IQSS / dataverse.harvard.edu

Custom code for dataverse.harvard.edu and an issue tracker for the IQSS Dataverse team's operational work, for better tracking on https://github.com/orgs/IQSS/projects/34

Geek Repo:Geek Repo

Github PK Tool:Github PK Tool

Upgrade Data Explorer to v2

landreev opened this issue · comments

Will need to be tested carefully to make sure all the new features are working.

It's in prod. now. Scholar Portal requests that the tool is hosted locally (with the old version, v1, we were just using it hosted at https://scholarsportal.github.io/Dataverse-Data-Explorer/), so it is installed statically under Apache on both server nodes.
I did save the time it would require to build the tool from sources by using a snapshot of the installation at UNC that @donsizemore kindly shared.
There are some questions already, about how categories are displayed (for discreet String vars, for ex., when categories are not explicitly defined in the metadata). So I'll keep this issue open for a while longer, to collect feedback/see if anything needs to be fixed.

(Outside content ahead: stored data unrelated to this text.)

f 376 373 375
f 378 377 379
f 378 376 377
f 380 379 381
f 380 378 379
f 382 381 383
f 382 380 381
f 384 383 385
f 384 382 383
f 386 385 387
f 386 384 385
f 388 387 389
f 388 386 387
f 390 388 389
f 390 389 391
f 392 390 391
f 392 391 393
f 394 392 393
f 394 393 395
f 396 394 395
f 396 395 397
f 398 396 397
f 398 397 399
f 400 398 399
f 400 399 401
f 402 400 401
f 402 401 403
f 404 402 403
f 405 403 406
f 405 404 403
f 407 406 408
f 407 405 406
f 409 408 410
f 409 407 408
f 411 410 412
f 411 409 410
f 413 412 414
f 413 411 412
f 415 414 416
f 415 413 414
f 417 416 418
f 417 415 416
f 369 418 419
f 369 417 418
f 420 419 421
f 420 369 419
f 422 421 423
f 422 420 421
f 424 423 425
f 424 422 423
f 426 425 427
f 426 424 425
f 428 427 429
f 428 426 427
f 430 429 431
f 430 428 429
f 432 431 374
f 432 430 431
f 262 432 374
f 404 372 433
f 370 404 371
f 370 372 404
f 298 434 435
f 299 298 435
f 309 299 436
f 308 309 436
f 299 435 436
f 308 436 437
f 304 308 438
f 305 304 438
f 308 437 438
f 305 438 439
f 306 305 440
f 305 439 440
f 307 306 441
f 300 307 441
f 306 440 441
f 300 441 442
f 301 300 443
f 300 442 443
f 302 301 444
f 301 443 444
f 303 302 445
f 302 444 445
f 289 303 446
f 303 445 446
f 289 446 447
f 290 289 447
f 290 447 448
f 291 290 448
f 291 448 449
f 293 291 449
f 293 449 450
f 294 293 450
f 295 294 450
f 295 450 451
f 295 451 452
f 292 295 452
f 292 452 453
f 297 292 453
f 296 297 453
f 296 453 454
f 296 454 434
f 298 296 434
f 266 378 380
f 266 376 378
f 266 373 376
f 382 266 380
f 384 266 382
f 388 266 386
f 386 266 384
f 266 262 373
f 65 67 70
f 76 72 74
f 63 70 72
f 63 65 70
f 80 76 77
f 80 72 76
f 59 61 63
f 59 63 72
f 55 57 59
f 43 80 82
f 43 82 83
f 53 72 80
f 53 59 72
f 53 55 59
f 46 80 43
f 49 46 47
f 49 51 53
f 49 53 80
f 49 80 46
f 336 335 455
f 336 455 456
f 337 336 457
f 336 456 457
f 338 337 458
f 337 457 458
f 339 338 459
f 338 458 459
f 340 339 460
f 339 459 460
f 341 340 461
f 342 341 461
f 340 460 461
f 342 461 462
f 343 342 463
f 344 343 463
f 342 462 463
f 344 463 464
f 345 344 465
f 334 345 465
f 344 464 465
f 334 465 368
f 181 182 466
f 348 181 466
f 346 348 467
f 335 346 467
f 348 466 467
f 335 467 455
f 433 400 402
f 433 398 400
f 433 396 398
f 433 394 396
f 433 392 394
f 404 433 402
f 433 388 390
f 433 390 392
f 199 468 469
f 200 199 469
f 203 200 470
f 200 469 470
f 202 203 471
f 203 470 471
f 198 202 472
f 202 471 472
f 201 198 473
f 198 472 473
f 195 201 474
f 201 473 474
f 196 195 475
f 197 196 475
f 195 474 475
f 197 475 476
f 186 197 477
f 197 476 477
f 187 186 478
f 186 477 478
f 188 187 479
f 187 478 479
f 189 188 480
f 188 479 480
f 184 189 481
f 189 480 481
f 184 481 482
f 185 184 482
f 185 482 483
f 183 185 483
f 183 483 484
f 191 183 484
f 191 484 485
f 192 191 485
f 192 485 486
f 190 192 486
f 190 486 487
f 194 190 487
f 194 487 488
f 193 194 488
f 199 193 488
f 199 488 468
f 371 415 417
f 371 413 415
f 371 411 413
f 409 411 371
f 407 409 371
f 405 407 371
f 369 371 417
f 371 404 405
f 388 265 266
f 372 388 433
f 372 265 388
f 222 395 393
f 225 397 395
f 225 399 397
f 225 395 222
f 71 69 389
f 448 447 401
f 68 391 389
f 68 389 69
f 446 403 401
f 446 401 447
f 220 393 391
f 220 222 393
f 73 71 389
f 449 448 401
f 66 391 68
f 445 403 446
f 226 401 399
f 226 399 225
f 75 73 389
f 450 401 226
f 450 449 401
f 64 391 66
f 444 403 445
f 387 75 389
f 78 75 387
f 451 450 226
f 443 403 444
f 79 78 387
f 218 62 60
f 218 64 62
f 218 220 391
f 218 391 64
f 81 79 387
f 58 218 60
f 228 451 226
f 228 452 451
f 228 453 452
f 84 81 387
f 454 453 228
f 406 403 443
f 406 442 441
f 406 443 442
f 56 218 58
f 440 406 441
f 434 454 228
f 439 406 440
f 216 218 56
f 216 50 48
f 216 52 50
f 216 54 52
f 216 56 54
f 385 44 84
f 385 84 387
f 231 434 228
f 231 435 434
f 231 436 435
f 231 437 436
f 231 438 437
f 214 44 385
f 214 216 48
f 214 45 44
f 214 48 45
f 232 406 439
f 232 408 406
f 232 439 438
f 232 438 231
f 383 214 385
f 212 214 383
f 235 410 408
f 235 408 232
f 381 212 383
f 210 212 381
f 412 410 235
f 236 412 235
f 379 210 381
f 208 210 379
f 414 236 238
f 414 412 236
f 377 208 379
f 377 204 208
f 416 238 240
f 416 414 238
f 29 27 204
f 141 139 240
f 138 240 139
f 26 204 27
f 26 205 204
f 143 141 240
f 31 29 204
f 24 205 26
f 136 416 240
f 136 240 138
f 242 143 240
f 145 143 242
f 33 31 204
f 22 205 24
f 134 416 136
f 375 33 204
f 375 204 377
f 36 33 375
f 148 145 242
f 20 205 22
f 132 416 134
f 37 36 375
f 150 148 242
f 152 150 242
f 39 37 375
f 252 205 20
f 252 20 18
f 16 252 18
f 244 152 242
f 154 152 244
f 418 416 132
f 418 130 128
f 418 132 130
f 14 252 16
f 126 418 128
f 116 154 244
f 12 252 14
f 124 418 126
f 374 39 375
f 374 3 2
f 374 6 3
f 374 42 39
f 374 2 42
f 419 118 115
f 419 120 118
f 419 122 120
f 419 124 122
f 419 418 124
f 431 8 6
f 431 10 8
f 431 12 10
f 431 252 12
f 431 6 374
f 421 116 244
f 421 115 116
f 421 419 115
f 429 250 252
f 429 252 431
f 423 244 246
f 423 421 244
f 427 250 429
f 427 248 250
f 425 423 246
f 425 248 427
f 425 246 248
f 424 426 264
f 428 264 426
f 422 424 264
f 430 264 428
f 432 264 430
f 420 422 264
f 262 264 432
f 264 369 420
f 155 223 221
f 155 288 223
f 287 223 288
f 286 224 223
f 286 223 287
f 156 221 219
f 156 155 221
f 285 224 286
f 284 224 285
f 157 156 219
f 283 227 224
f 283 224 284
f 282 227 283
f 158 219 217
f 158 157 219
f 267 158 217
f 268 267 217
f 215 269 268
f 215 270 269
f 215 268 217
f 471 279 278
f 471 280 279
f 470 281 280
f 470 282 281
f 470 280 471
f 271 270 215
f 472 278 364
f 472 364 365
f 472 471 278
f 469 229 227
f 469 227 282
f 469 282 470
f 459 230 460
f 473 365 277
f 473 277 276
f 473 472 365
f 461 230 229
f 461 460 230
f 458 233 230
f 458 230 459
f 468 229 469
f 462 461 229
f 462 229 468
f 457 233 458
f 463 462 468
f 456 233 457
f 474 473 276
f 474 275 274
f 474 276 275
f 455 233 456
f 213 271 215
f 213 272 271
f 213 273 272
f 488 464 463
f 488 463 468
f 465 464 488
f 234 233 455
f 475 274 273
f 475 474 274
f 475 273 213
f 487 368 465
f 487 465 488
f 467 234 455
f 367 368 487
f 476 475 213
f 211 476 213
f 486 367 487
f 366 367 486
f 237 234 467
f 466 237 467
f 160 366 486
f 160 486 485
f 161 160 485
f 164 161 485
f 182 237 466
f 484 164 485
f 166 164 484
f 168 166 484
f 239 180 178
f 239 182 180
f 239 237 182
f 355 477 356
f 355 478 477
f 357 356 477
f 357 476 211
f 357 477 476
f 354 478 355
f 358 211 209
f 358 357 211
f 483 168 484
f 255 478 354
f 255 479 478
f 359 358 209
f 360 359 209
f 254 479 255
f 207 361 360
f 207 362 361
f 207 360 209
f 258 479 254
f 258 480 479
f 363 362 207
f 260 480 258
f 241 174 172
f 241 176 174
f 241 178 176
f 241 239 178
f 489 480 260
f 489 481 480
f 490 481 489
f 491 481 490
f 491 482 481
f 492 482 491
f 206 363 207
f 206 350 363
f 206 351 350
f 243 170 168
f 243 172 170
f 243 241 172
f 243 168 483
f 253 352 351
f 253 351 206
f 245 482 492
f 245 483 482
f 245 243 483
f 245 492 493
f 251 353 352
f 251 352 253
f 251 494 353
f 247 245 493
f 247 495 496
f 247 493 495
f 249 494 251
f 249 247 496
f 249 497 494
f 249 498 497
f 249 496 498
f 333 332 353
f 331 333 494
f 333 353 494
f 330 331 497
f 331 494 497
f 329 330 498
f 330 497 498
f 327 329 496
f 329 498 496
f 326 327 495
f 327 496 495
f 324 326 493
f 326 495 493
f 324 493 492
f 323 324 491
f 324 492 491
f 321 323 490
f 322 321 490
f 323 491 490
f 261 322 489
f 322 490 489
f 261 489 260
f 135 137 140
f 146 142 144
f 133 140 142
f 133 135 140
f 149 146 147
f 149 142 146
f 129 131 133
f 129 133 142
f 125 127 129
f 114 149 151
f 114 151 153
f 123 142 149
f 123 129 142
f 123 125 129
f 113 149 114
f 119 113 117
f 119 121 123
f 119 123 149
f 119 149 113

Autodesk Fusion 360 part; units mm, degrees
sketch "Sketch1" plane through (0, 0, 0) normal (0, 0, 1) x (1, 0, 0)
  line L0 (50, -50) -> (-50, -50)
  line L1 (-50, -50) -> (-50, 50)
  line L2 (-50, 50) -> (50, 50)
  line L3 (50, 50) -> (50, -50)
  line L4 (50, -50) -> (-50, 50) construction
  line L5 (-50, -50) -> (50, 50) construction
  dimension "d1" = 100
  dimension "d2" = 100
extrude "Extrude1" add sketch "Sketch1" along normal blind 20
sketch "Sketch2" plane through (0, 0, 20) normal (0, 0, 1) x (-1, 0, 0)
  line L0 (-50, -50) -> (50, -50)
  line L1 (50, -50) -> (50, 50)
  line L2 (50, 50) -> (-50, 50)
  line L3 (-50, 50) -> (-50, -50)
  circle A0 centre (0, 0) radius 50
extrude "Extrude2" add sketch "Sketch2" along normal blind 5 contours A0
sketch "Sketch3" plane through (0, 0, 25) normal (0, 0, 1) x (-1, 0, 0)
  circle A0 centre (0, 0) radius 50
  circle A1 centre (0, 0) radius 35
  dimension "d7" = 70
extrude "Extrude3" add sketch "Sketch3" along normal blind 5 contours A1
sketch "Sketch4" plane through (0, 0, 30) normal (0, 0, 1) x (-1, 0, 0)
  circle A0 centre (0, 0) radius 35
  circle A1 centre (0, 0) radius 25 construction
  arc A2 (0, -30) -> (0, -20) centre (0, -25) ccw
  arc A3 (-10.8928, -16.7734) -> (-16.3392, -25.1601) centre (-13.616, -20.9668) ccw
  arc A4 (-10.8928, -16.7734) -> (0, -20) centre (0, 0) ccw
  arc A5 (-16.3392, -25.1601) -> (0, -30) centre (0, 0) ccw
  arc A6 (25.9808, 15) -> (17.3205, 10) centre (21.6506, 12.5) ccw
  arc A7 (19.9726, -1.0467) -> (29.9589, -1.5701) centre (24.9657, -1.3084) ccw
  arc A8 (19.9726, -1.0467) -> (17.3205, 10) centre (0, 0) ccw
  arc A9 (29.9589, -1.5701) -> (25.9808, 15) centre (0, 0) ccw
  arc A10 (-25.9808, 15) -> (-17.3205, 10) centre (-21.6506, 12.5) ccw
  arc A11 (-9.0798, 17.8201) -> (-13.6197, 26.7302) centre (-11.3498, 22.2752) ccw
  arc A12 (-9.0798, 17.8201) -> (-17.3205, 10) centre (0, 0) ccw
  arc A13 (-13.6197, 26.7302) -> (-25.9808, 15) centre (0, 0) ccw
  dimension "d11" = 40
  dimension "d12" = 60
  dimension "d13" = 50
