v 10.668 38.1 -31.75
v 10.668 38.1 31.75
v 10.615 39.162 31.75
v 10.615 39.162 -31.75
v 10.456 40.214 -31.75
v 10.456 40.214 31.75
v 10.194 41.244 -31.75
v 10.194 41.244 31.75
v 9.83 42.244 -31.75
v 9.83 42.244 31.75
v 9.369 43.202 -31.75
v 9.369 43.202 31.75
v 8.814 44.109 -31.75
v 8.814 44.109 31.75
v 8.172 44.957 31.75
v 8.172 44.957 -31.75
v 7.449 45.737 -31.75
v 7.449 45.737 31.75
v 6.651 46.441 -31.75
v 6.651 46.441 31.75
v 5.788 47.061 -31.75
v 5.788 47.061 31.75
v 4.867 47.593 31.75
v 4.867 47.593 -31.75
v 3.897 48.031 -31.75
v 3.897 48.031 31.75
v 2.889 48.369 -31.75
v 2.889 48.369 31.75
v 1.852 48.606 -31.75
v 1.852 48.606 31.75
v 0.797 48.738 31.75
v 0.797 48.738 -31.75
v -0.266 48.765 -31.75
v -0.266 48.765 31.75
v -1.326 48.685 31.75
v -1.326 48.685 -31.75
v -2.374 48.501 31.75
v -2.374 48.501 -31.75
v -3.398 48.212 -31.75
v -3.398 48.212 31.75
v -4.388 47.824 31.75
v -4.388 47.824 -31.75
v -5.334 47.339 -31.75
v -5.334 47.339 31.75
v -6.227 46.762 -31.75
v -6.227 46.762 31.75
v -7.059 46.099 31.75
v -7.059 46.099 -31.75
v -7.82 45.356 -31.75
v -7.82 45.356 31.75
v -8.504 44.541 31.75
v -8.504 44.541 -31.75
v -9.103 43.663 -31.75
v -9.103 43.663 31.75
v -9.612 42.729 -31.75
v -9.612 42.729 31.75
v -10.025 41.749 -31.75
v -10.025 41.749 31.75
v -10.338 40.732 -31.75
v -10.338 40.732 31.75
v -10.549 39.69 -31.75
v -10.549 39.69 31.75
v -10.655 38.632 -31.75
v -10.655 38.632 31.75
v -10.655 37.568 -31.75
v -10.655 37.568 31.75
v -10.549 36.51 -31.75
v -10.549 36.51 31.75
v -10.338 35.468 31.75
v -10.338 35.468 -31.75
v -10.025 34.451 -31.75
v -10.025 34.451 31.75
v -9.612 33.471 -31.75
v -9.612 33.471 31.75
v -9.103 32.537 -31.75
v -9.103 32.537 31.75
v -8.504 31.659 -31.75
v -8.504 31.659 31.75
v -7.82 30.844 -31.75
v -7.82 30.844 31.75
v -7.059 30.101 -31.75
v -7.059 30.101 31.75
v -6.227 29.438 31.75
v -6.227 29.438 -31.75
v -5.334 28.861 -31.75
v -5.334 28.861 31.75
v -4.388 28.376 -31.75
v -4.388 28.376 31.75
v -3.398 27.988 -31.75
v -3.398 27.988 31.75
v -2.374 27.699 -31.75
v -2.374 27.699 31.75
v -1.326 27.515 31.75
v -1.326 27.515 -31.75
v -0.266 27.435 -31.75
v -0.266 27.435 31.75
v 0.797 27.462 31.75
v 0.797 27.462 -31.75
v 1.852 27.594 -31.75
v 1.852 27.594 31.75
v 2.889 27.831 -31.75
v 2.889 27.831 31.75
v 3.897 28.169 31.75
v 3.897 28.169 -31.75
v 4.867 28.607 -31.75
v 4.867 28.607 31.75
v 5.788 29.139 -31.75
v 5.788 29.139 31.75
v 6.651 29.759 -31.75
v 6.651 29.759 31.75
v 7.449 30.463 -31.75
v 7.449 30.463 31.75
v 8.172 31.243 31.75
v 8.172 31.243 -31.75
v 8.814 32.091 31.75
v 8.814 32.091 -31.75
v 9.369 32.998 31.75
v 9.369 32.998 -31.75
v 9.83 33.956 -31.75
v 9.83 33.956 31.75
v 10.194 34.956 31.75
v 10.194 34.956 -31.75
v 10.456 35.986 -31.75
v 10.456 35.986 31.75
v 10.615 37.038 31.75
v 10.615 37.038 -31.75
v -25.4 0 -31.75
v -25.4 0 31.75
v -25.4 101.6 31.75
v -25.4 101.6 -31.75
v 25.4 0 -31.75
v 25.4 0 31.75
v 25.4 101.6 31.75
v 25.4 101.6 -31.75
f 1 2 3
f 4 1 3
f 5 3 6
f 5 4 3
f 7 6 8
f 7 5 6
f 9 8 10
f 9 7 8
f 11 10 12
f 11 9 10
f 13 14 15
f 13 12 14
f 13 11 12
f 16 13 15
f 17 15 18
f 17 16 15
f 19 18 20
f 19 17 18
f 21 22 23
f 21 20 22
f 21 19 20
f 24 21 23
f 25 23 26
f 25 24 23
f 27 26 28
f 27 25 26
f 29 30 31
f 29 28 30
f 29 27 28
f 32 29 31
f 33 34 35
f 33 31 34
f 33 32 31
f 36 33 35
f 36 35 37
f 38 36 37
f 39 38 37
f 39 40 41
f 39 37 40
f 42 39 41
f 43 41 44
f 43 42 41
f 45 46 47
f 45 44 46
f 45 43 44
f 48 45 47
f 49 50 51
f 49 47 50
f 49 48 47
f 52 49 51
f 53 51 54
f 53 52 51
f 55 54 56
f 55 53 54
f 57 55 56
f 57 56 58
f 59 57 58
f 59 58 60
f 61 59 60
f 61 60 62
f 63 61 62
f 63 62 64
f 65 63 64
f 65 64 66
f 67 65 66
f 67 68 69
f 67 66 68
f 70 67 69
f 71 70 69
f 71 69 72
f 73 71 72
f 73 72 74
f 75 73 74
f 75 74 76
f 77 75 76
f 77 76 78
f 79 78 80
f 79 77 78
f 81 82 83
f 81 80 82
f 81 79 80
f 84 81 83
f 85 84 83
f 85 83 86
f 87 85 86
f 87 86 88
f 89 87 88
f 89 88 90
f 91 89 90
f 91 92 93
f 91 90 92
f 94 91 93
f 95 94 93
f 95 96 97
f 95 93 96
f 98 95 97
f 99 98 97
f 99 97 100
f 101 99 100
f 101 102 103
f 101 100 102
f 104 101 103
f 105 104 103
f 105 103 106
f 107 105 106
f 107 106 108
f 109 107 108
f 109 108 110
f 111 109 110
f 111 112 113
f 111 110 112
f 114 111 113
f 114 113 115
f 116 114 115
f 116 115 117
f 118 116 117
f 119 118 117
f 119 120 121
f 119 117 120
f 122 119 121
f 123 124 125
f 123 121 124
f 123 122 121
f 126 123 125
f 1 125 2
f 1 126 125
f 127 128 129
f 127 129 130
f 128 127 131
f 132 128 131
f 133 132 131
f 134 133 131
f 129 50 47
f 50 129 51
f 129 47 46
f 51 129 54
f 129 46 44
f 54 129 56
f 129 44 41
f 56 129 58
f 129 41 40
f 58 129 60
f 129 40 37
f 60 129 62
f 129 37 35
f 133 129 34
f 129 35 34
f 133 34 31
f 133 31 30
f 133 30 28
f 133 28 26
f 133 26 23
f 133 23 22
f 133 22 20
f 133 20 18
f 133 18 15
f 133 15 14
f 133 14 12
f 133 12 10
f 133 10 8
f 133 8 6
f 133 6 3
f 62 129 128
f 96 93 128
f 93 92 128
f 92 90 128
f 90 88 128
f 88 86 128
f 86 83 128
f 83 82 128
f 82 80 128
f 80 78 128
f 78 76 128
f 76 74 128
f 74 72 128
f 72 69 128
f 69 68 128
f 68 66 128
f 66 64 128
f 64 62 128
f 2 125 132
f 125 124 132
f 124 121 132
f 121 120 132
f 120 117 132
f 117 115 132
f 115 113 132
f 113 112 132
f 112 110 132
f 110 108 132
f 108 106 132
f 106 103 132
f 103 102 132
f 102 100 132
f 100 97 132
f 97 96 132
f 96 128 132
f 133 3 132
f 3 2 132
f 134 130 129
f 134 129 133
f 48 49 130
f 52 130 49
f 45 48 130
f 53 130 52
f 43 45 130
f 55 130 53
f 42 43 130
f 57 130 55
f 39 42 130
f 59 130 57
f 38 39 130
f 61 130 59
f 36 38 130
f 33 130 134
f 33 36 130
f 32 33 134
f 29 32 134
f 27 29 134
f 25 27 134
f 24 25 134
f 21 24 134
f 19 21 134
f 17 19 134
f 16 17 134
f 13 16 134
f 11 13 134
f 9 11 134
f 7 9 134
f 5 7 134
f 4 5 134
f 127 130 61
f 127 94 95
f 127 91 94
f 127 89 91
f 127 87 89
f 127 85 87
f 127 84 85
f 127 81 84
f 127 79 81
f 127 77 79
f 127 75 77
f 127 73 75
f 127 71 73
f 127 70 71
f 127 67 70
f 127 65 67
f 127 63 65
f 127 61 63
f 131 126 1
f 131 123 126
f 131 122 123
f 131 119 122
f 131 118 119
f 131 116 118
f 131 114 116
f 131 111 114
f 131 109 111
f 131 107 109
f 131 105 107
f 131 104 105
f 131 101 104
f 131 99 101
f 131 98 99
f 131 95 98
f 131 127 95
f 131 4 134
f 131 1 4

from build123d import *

# Parameters (mm, degrees)
SKETCH1_W               = 50.8
SKETCH1_H               = 63.5
BOSS_EXTRUDE2_DEPTH     = 101.6
CUT_EXTRUDE2_DEPTH      = 110.433918417
CUT_EXTRUDE2_DEPTH_BACK = 110.433918417
SKETCH4_R               = 10.668


with BuildPart() as part:
    # Sketch1 → Boss-Extrude2 (new body)
    with BuildSketch(Plane(origin=(0, 0, 0), x_dir=(1, 0, 0), z_dir=(0, 1, 0))):
        Rectangle(SKETCH1_W, SKETCH1_H)
    extrude(amount=BOSS_EXTRUDE2_DEPTH)

    # Sketch4 → Cut-Extrude2 (cut, two sides: drawn at the far end of the back side and taken through both)
    with BuildSketch(Plane.XY.offset(-CUT_EXTRUDE2_DEPTH_BACK)):
        with Locations((0, 38.1)):
            Circle(SKETCH4_R)
    extrude(amount=CUT_EXTRUDE2_DEPTH + CUT_EXTRUDE2_DEPTH_BACK, mode=Mode.SUBTRACT)


solid = part.part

Hmm. So the problem with categories appears to be real and specific to our installation.
Here's the screenshot of the "View Categories" popup from the UNC installation for the file https://holodeck.irss.unc.edu/dataverse-data-explorer-v2/index.html?fileId=7504327&fileMetadataId=3782249&dvLocale=en&siteUrl=https://dataverse.unc.edu, variable zipcode:
Screen Shot 2023-10-27 at 1 54 39 PM
Here's the DDI metadata record for the variable:

<var ID="v39982342" name="zipcode" intrvl="discrete">
  <location fileid="f7504327"/>
  <labl level="variable">
     D.11 What is your five-digit ZIP code at your home address? [IF ZIP GIVEN IS INV
   </labl>
   <varFormat type="character"/>
   <notes subject="Universal Numeric Fingerprint" level="variable" type="VDC:UNF">UNF:6:a2XEqpOGWuHGFTuQMUEAGQ==</notes>
</var>

i.e., the categories are not pre-defined in the metadata - this is a "simple" character variable. The categories as shown in the screenshot above must be calculated on the fly.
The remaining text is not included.